Whether the Designated Agent erred in holding that the expense voucher was not a binding contract

The Appellant’s final argument was that the expense voucher constituted a valid “ticket case” contract binding the parties, and therefore the Designated Agent erred in rejecting it as a contract, an agreement or a deed of settlement. The issue arises as a result of the Designated Agent finding under paragraph 3 of his analysis where he noted as follows;

“3. Evidence submitted by Respondent is clearly insufficient to substantiate that indeed there was a full and final settlement of Applicant’s terminal benefits. The case law cited by the Respondent supra is not only misplaced but totally irrelevant in the matter beforehand. The payment voucher cannot be misconstrued as a contract, agreement or a deed of settlement because it does not capture the terms of reference moreover it does not carry the signatures of both parties as proof that both minds met.”

The Appellant submission is misplaced. A “ticket case,” as understood in contract law, refers to circumstances where a party accepts standard contractual terms printed on a ticket or receipt (see Parker v South Eastern Railway Co (1877) 2 CPD 416). It does not apply to informal payment vouchers in employment disputes. The concept is wholly inapplicable in the employment context under Zimbabwean Labour law, where employment contracts and separations are governed by clear statutory provisions not by general commercial law doctrines.

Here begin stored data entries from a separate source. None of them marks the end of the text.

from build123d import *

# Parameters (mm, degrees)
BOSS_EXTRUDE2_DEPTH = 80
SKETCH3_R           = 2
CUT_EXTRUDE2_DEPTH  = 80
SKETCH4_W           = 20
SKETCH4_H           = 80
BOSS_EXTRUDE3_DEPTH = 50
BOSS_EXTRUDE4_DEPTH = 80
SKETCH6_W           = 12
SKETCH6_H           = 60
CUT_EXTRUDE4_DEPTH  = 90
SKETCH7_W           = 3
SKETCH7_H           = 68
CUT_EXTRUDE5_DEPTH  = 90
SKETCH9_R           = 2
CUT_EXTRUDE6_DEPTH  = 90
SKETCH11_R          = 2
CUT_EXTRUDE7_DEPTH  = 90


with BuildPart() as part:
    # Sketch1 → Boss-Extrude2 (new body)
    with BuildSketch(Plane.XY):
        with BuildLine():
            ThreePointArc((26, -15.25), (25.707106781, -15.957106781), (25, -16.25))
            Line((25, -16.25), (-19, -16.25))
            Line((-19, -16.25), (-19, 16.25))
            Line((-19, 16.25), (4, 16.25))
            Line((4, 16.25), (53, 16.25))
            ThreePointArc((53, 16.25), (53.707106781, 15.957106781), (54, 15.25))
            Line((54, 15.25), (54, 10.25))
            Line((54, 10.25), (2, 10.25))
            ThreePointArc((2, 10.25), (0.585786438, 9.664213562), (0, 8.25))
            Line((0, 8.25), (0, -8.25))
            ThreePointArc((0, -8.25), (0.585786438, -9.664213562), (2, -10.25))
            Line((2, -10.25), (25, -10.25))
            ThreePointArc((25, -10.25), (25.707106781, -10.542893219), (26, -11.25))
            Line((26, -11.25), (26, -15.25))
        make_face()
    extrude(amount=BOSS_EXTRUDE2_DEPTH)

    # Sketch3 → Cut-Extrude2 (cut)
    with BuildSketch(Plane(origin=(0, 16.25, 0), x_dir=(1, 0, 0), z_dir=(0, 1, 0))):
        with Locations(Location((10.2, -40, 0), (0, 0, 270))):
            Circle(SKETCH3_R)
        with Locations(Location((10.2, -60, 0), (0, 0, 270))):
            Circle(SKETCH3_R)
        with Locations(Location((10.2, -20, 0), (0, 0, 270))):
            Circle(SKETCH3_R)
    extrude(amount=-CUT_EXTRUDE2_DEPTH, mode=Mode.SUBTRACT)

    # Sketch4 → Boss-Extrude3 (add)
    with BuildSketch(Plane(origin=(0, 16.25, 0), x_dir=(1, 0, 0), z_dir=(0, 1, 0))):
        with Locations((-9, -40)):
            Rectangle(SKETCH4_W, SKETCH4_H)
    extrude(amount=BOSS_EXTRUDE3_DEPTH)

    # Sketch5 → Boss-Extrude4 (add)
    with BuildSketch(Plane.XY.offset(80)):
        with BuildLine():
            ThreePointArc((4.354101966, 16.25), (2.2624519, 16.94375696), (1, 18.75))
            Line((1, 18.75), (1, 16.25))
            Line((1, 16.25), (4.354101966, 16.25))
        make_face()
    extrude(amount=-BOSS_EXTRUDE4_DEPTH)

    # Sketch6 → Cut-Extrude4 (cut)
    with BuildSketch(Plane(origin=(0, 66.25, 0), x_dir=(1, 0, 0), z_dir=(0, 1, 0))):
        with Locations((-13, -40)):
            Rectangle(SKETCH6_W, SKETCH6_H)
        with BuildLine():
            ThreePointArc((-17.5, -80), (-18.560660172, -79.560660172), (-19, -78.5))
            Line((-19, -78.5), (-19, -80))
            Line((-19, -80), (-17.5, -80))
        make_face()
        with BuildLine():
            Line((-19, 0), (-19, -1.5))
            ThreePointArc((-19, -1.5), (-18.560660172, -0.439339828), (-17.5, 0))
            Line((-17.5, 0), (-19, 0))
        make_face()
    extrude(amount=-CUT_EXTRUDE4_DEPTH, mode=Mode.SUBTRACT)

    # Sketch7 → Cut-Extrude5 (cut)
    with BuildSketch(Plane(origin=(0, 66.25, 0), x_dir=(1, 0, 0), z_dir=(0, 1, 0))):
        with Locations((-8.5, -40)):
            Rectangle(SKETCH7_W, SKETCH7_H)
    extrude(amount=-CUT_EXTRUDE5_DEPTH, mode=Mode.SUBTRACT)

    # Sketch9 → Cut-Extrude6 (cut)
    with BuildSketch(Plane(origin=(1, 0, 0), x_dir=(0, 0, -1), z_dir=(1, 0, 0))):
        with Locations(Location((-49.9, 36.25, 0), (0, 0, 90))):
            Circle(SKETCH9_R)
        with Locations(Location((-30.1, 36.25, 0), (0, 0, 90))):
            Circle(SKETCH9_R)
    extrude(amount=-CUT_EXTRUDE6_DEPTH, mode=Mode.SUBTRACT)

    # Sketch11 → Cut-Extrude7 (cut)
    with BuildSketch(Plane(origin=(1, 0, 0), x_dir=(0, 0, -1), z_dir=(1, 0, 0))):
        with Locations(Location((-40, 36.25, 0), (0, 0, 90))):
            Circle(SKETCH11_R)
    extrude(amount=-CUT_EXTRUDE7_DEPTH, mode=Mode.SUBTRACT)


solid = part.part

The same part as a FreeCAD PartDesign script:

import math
import FreeCAD as App
import Part
import Sketcher
Q = App.Units.Quantity

doc = App.newDocument("Part")
body = doc.addObject("PartDesign::Body", "Body")

sketch1 = body.newObject("Sketcher::SketchObject", "Sketch")
sketch1.AttachmentSupport = (doc.getObject("XY_Plane"), [""])
sketch1.MapMode = "FlatFace"
sketch1.addGeometry(Part.ArcOfCircle(Part.Circle(App.Vector(25, -15.25, 0), App.Vector(0, 0, 1), 1), math.radians(-90), math.radians(0)), False)
sketch1.addGeometry(Part.LineSegment(App.Vector(26, -15.25, 0), App.Vector(26, -11.25, 0)), False)
sketch1.addGeometry(Part.ArcOfCircle(Part.Circle(App.Vector(25, -11.25, 0), App.Vector(0, 0, 1), 1), math.radians(0), math.radians(90)), False)
sketch1.addGeometry(Part.LineSegment(App.Vector(25, -10.25, 0), App.Vector(2, -10.25, 0)), False)
sketch1.addGeometry(Part.ArcOfCircle(Part.Circle(App.Vector(2, -8.25, 0), App.Vector(0, 0, 1), 2), math.radians(-180), math.radians(-90)), False)
sketch1.addGeometry(Part.LineSegment(App.Vector(0, -8.25, 0), App.Vector(0, 8.25, 0)), False)
sketch1.addGeometry(Part.ArcOfCircle(Part.Circle(App.Vector(2, 8.25, 0), App.Vector(0, 0, 1), 2), math.radians(90), math.radians(180)), False)
sketch1.addGeometry(Part.LineSegment(App.Vector(2, 10.25, 0), App.Vector(54, 10.25, 0)), False)
sketch1.addGeometry(Part.LineSegment(App.Vector(54, 10.25, 0), App.Vector(54, 15.25, 0)), False)
sketch1.addGeometry(Part.ArcOfCircle(Part.Circle(App.Vector(53, 15.25, 0), App.Vector(0, 0, 1), 1), math.radians(0), math.radians(90)), False)
sketch1.addGeometry(Part.LineSegment(App.Vector(53, 16.25, 0), App.Vector(-19, 16.25, 0)), False)
sketch1.addGeometry(Part.LineSegment(App.Vector(-19, 16.25, 0), App.Vector(-19, -16.25, 0)), False)
sketch1.addGeometry(Part.LineSegment(App.Vector(-19, -16.25, 0), App.Vector(25, -16.25, 0)), False)
sketch1.addConstraint(Sketcher.Constraint("Tangent", 0, 2, 1, 1))
sketch1.addConstraint(Sketcher.Constraint("Tangent", 1, 2, 2, 1))
sketch1.addConstraint(Sketcher.Constraint("Tangent", 2, 2, 3, 1))
sketch1.addConstraint(Sketcher.Constraint("Tangent", 3, 2, 4, 2))
sketch1.addConstraint(Sketcher.Constraint("Tangent", 4, 1, 5, 1))
sketch1.addConstraint(Sketcher.Constraint("Tangent", 5, 2, 6, 2))
sketch1.addConstraint(Sketcher.Constraint("Tangent", 6, 1, 7, 1))
sketch1.addConstraint(Sketcher.Constraint("Coincident", 7, 2, 8, 1))
sketch1.addConstraint(Sketcher.Constraint("Tangent", 8, 2, 9, 1))
sketch1.addConstraint(Sketcher.Constraint("Tangent", 9, 2, 10, 1))
sketch1.addConstraint(Sketcher.Constraint("Coincident", 10, 2, 11, 1))
sketch1.addConstraint(Sketcher.Constraint("Coincident", 11, 2, 12, 1))
sketch1.addConstraint(Sketcher.Constraint("Tangent", 12, 2, 0, 1))
sketch1.addConstraint(Sketcher.Constraint("Vertical", 1))
sketch1.addConstraint(Sketcher.Constraint("Horizontal", 3))
sketch1.addConstraint(Sketcher.Constraint("Vertical", 5))
sketch1.addConstraint(Sketcher.Constraint("Horizontal", 7))
sketch1.addConstraint(Sketcher.Constraint("Vertical", 8))
sketch1.addConstraint(Sketcher.Constraint("Horizontal", 10))
sketch1.addConstraint(Sketcher.Constraint("Vertical", 11))
sketch1.addConstraint(Sketcher.Constraint("Horizontal", 12))
sketch1.addConstraint(Sketcher.Constraint("Equal", 0, 2))
sketch1.addConstraint(Sketcher.Constraint("Equal", 4, 6))
sketch1.addConstraint(Sketcher.Constraint("Equal", 2, 9))
sketch1.addConstraint(Sketcher.Constraint("Symmetric", 4, 1, 5, 2, -1, 1))
sketch1.addConstraint(Sketcher.Constraint("Radius", 0, Q("1 mm")))
sketch1.addConstraint(Sketcher.Constraint("Radius", 4, Q("2 mm")))
sketch1.addConstraint(Sketcher.Constraint("DistanceX", 3, 2, 3, 1, Q("23 mm")))
sketch1.addConstraint(Sketcher.Constraint("DistanceX", 7, 1, 7, 2, Q("52 mm")))
sketch1.addConstraint(Sketcher.Constraint("DistanceX", 10, 2, 10, 1, Q("72 mm")))
sketch1.addConstraint(Sketcher.Constraint("DistanceY", 1, 1, 1, 2, Q("4 mm")))
sketch1.addConstraint(Sketcher.Constraint("DistanceY", 8, 1, 8, 2, Q("5 mm")))
sketch1.addConstraint(Sketcher.Constraint("DistanceY", 5, 1, 5, 2, Q("16.5 mm")))
pad1 = body.newObject("PartDesign::Pad", "Pad")
pad1.Profile = sketch1
pad1.Length = 80

sketch2 = body.newObject("Sketcher::SketchObject", "Sketch001")
sketch2.AttachmentSupport = (doc.getObject("XZ_Plane"), [""])
sketch2.MapMode = "FlatFace"
sketch2.AttachmentOffset = App.Placement(App.Vector(0, 0, -16.25), App.Rotation())
sketch2.addGeometry(Part.Circle(App.Vector(10.2, 40, 0), App.Vector(0, 0, 1), 2), False)
sketch2.addGeometry(Part.Circle(App.Vector(10.2, 60, 0), App.Vector(0, 0, 1), 2), False)
sketch2.addGeometry(Part.Circle(App.Vector(10.2, 20, 0), App.Vector(0, 0, 1), 2), False)
sketch2.addConstraint(Sketcher.Constraint("Equal", 0, 1))
sketch2.addConstraint(Sketcher.Constraint("Equal", 1, 2))
sketch2.addConstraint(Sketcher.Constraint("Vertical", 0, 3, 1, 3))
sketch2.addConstraint(Sketcher.Constraint("Vertical", 1, 3, 2, 3))
sketch2.addConstraint(Sketcher.Constraint("Diameter", 0, Q("4 mm")))
sketch2.addConstraint(Sketcher.Constraint("DistanceY", -1, 1, 0, 3, Q("40 mm")))
sketch2.addConstraint(Sketcher.Constraint("DistanceY", -1, 1, 1, 3, Q("60 mm")))
sketch2.addConstraint(Sketcher.Constraint("DistanceY", -1, 1, 2, 3, Q("20 mm")))
sketch2.addConstraint(Sketcher.Constraint("DistanceX", -1, 1, 0, 3, Q("10.2 mm")))
pocket1 = body.newObject("PartDesign::Pocket", "Pocket")
pocket1.Profile = sketch2
pocket1.Length = 80
pocket1.Reversed = True

sketch3 = body.newObject("Sketcher::SketchObject", "Sketch002")
sketch3.AttachmentSupport = (doc.getObject("XZ_Plane"), [""])
sketch3.MapMode = "FlatFace"
sketch3.AttachmentOffset = App.Placement(App.Vector(0, 0, -16.25), App.Rotation())
sketch3.addGeometry(Part.LineSegment(App.Vector(-19, 0, 0), App.Vector(-19, 80, 0)), False)
sketch3.addGeometry(Part.LineSegment(App.Vector(-19, 80, 0), App.Vector(1, 80, 0)), False)
sketch3.addGeometry(Part.LineSegment(App.Vector(1, 80, 0), App.Vector(1, 0, 0)), False)
sketch3.addGeometry(Part.LineSegment(App.Vector(1, 0, 0), App.Vector(-19, 0, 0)), False)
sketch3.addConstraint(Sketcher.Constraint("Coincident", 0, 2, 1, 1))
sketch3.addConstraint(Sketcher.Constraint("Coincident", 1, 2, 2, 1))
sketch3.addConstraint(Sketcher.Constraint("Coincident", 2, 2, 3, 1))
sketch3.addConstraint(Sketcher.Constraint("Coincident", 3, 2, 0, 1))
sketch3.addConstraint(Sketcher.Constraint("Vertical", 0))
sketch3.addConstraint(Sketcher.Constraint("Horizontal", 1))
sketch3.addConstraint(Sketcher.Constraint("Vertical", 2))
sketch3.addConstraint(Sketcher.Constraint("Horizontal", 3))
sketch3.addConstraint(Sketcher.Constraint("PointOnObject", 2, 2, -1))
sketch3.addConstraint(Sketcher.Constraint("DistanceX", 1, 1, 1, 2, Q("20 mm")))
sketch3.addConstraint(Sketcher.Constraint("DistanceY", 0, 1, 0, 2, Q("80 mm")))
sketch3.addConstraint(Sketcher.Constraint("DistanceX", 0, 2, -1, 1, Q("19 mm")))
pad2 = body.newObject("PartDesign::Pad", "Pad001")
pad2.Profile = sketch3
pad2.Length = 50
pad2.Reversed = True

sketch4 = body.newObject("Sketcher::SketchObject", "Sketch003")
sketch4.AttachmentSupport = (doc.getObject("XY_Plane"), [""])
sketch4.MapMode = "FlatFace"
sketch4.AttachmentOffset = App.Placement(App.Vector(0, 0, 80), App.Rotation())
sketch4.addGeometry(Part.ArcOfCircle(Part.Circle(App.Vector(4.354102, 19.75, 0), App.Vector(0, 0, 1), 3.5), math.radians(-163.39845), math.radians(-90)), False)
sketch4.addGeometry(Part.LineSegment(App.Vector(1, 18.75, 0), App.Vector(1, 16.25, 0)), False)
sketch4.addGeometry(Part.LineSegment(App.Vector(1, 16.25, 0), App.Vector(4.354102, 16.25, 0)), False)
sketch4.addConstraint(Sketcher.Constraint("Coincident", 0, 1, 1, 1))
sketch4.addConstraint(Sketcher.Constraint("Coincident", 1, 2, 2, 1))
sketch4.addConstraint(Sketcher.Constraint("Tangent", 2, 2, 0, 2))
sketch4.addConstraint(Sketcher.Constraint("Vertical", 1))
sketch4.addConstraint(Sketcher.Constraint("Horizontal", 2))
sketch4.addConstraint(Sketcher.Constraint("Radius", 0, Q("3.5 mm")))
sketch4.addConstraint(Sketcher.Constraint("DistanceY", 1, 2, 1, 1, Q("2.5 mm")))
sketch4.addConstraint(Sketcher.Constraint("DistanceX", -1, 1, 0, 1, Q("1 mm")))
sketch4.addConstraint(Sketcher.Constraint("DistanceY", -1, 1, 0, 3, Q("19.75 mm")))
pad3 = body.newObject("PartDesign::Pad", "Pad002")
pad3.Profile = sketch4
pad3.Length = 80
pad3.Reversed = True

Moreover, for a document to constitute a valid contract, there must be offer, acceptance,

and mutual intention to create legal obligations. The voucher in question was not signed by both parties and lacked any indication of agreed terms regarding termination or waiver of any statutory benefits.

It is important to note that informal or administrative documents, such as expense vouchers, cannot replace formal separation agreements in law. Employers being legally represented should be enlightened on the need to ensure that any mutual termination or settlement of claims is reduced to writing, signed by both parties, and clearly stipulates which rights are being waived or settled. Failure to do so will result in the statutory entitlements remaining enforceable.

The Designated Agent therefore acted correctly in rejecting it as a binding contract. His reasoning was neither arbitrary nor inconsistent with legal principles. It is the court’s considered view that termination on notice remains permissible for permanent employees, provided the employer pays the minimum statutory compensation package, including notice pay and additional payments for completed years of service. On that basis the court finds the appeal devoid of merit.

In

DISPOSITION

Accordingly, the appeal be and is hereby dismissed.

The determination of the Designated Agent, Tawanda Marisa, handed down on 19 February 2024 is reinstated in its entirety.

The applicant is ordered to pay the respondent (Minesh Bhika) the sum of USD3,

000.00 (or its Zimbabwean Dollar equivalent at the prevailing interbank rate on the date of payment).

The Appellant shall bear the Respondent’s costs.